I hear you.  I spent a few hours today splitting maple rounds about that size by hand. It's the kind of thing that happens when you agree to take free wood after only seeing a picture. I try not to deal with stuff that large anymore if I can help it. It's just not that fun. 


Sent from my iPhone using Tapatalk


----------



## Wasatch (Sep 21, 2017)

Agreed, I do everything by hand and anything over 20" is just a bear.


----------



## Cascade Failure (Sep 21, 2017)

I have a log about 15' long at about the same diameter laying in my front yard that I'm not looking forward to tackling.


----------



## saewoody (Sep 21, 2017)

Cascade Failure said:


> I have a log about 15' long at about the same diameter laying in my front yard that I'm not looking forward to tackling.



I see you're a fellow "nutmegger". Good luck with that log. 


Sent from my iPhone using Tapatalk


----------



## WoodyIsGoody (Sep 21, 2017)

Cascade Failure said:


> I have a log about 15' long at about the same diameter laying in my front yard that I'm not looking forward to tackling.



Most wood is easier to split before it's sat around too long so don't delay!

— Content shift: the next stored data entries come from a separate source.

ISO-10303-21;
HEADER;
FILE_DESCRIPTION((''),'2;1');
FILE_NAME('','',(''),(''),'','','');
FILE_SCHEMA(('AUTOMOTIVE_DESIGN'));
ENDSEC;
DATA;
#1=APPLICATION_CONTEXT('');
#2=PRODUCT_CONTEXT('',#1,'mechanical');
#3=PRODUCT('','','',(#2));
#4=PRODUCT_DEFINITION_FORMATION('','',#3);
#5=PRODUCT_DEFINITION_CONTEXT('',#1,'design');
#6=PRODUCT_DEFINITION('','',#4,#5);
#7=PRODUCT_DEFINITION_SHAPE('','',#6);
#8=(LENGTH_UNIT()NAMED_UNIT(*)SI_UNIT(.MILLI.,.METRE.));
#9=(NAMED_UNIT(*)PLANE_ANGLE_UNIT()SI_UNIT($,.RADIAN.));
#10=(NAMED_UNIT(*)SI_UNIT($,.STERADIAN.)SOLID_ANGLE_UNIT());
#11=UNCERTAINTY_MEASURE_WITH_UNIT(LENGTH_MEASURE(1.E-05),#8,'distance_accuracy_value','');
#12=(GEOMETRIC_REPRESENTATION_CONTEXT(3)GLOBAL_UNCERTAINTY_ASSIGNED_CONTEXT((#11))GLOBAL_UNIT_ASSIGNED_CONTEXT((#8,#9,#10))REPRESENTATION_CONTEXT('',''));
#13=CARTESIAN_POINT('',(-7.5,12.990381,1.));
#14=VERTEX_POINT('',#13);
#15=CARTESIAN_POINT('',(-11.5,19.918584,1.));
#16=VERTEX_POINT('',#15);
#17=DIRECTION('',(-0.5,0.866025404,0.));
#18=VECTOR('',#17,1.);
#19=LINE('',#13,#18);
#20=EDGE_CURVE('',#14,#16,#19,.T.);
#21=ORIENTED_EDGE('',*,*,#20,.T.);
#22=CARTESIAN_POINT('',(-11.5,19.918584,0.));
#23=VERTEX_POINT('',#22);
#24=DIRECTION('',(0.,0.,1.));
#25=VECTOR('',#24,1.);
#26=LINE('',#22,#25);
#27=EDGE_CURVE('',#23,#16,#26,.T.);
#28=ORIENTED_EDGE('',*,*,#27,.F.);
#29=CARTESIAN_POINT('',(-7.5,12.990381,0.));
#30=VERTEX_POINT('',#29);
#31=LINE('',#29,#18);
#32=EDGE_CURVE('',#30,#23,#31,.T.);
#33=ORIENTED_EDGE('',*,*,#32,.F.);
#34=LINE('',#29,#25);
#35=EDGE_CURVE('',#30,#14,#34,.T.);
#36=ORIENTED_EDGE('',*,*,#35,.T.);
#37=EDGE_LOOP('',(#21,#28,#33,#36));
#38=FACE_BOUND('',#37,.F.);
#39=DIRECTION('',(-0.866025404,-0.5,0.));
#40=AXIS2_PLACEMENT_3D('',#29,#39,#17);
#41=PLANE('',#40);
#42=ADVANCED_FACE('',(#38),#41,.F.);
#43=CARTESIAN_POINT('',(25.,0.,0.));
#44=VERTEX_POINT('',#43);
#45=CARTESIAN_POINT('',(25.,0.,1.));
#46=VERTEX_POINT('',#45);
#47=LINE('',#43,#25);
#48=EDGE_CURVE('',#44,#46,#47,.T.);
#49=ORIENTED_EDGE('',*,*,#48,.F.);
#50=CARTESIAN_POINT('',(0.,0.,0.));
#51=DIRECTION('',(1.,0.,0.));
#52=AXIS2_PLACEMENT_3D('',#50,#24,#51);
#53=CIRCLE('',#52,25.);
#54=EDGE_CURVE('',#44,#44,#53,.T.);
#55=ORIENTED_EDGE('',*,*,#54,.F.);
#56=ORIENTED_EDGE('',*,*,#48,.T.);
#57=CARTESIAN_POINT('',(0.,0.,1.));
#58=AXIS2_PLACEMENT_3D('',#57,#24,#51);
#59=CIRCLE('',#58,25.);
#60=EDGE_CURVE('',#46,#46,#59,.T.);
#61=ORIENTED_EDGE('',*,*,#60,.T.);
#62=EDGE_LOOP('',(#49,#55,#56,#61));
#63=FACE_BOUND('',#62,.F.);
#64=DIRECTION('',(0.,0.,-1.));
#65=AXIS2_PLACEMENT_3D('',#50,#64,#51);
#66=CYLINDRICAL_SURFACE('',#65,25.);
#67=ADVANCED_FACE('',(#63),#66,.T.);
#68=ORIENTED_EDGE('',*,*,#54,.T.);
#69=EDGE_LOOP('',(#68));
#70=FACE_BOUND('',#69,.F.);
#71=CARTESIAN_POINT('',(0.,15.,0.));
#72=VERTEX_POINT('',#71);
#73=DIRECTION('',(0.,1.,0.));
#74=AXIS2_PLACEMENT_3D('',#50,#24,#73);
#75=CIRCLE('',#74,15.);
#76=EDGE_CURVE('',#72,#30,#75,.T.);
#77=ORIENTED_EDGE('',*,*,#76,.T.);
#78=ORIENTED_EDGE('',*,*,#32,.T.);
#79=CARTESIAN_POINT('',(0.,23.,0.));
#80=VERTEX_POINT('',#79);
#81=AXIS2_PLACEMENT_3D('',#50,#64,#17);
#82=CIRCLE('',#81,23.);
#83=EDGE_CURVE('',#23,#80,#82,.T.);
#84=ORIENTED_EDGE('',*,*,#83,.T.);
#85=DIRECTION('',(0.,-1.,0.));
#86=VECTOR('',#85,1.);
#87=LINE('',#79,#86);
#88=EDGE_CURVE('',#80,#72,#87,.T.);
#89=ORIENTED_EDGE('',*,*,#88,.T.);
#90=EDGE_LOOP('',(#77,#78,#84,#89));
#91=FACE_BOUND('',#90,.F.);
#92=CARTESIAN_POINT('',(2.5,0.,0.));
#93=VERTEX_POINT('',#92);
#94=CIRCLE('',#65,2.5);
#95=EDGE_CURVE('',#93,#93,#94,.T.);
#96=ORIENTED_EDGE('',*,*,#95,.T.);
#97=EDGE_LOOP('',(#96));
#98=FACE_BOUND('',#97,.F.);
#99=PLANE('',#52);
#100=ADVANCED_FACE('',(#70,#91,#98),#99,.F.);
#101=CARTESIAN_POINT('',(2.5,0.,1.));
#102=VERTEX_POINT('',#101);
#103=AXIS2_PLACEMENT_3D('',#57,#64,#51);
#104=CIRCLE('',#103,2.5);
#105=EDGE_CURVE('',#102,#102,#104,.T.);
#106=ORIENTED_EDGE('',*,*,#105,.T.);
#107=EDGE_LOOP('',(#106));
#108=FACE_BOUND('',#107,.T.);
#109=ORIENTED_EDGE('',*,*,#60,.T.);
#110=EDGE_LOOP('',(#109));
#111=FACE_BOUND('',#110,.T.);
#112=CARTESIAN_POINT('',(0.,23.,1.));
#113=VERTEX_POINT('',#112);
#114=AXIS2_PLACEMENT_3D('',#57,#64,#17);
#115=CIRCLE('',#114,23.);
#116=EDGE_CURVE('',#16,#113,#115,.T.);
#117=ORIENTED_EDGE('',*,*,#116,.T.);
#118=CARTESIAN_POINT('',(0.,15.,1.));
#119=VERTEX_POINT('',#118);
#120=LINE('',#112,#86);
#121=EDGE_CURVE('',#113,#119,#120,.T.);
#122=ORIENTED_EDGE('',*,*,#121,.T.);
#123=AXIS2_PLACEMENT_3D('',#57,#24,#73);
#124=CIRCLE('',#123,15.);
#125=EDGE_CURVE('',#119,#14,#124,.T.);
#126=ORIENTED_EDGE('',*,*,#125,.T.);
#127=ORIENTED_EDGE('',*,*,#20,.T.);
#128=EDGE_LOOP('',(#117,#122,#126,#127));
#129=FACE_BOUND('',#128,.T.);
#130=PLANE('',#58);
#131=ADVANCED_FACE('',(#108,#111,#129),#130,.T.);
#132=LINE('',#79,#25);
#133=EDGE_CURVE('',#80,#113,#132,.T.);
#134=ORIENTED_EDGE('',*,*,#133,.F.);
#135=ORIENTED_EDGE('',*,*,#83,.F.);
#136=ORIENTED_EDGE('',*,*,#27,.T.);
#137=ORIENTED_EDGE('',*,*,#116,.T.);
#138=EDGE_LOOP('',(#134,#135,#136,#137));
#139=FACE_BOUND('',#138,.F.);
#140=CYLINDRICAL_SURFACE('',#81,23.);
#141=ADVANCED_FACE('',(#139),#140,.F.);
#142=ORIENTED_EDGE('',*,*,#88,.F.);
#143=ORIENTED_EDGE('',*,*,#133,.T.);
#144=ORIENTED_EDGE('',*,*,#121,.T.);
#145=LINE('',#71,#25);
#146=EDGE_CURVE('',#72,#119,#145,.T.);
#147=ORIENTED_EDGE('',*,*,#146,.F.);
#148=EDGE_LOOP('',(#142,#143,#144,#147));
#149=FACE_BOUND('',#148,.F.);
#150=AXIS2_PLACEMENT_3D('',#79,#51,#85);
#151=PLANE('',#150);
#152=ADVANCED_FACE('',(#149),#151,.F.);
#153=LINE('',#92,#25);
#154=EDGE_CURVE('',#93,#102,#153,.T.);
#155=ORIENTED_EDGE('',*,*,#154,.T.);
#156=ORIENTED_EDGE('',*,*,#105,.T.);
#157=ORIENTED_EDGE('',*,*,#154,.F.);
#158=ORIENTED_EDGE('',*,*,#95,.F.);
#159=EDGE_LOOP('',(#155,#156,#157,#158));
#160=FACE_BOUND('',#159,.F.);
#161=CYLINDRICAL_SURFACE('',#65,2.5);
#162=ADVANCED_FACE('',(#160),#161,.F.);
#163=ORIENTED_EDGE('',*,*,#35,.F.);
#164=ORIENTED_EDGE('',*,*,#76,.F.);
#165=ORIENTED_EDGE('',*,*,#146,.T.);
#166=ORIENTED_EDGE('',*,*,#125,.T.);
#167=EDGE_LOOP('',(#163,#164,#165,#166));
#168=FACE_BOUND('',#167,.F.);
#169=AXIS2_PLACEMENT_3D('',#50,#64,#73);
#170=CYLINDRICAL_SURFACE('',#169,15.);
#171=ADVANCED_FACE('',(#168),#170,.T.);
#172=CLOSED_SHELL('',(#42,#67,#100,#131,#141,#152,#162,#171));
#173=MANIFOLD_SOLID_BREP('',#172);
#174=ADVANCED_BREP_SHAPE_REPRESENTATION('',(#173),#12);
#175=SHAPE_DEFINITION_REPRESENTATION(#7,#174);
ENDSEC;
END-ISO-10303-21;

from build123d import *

# Parameters (mm, degrees)
F0_R     = 25
F1_DEPTH = 1


with BuildPart() as f1:
    # F0 (on Top) → F1 (new body)
    with BuildSketch(Plane.XY):
        Circle(F0_R)
        with BuildLine():
            Line((0, 23), (0, 15))
            ThreePointArc((0, 15), (-3.8822856765, 14.4888873943), (-7.5, 12.9903810568))
            Line((-7.5, 12.9903810568), (-11.5, 19.918584287))
            ThreePointArc((-11.5, 19.918584287), (-5.9528380374, 22.2162940046), (0, 23))
        make_face(mode=Mode.SUBTRACT)
        with BuildLine():
            ThreePointArc((-2.5, 0), (0, 2.5), (2.5, 0))
            ThreePointArc((2.5, 0), (0, -2.5), (-2.5, 0))
        make_face(mode=Mode.SUBTRACT)
    extrude(amount=F1_DEPTH)


solid = f1.part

I like splitting wood so the rounds don't last too long around here. Right now I'm completely out of stuff to split. Which is probably a good thing since I'm also out of decent places to stack it!


----------



## ohlongarm (Sep 22, 2017)

ohlongarm said:


> While they make a ton of splits the work is horrendous.Check out these oak and cherry rounds.
> 
> 
> 
> ...


----------



## ohlongarm (Sep 22, 2017)

ohlongarm said:


> View attachment 200479


It's a shame the carpenter ants brought this monster down on my place,they ate a one foot section two feet off the ground and weakened it. Enough cherry here for at least three shoulder seasons.


----------



## BoiledOver (Sep 22, 2017)

ohlongarm said:


> While they make a ton of splits the work is horrendous.Check out these oak and cherry rounds.
> 
> 
> 
> ...


Although inexperienced with a hydraulic splitter, I would think working the edges rather than trying to center split might make better progress. Swinging an axe or maul in this way is much easier to me.


----------



## Woody5506 (Sep 22, 2017)

BoiledOver said:


> Although inexperienced with a hydraulic splitter, I would think working the edges rather than trying to center split might make better progress. Swinging an axe or maul in this way is much easier to me.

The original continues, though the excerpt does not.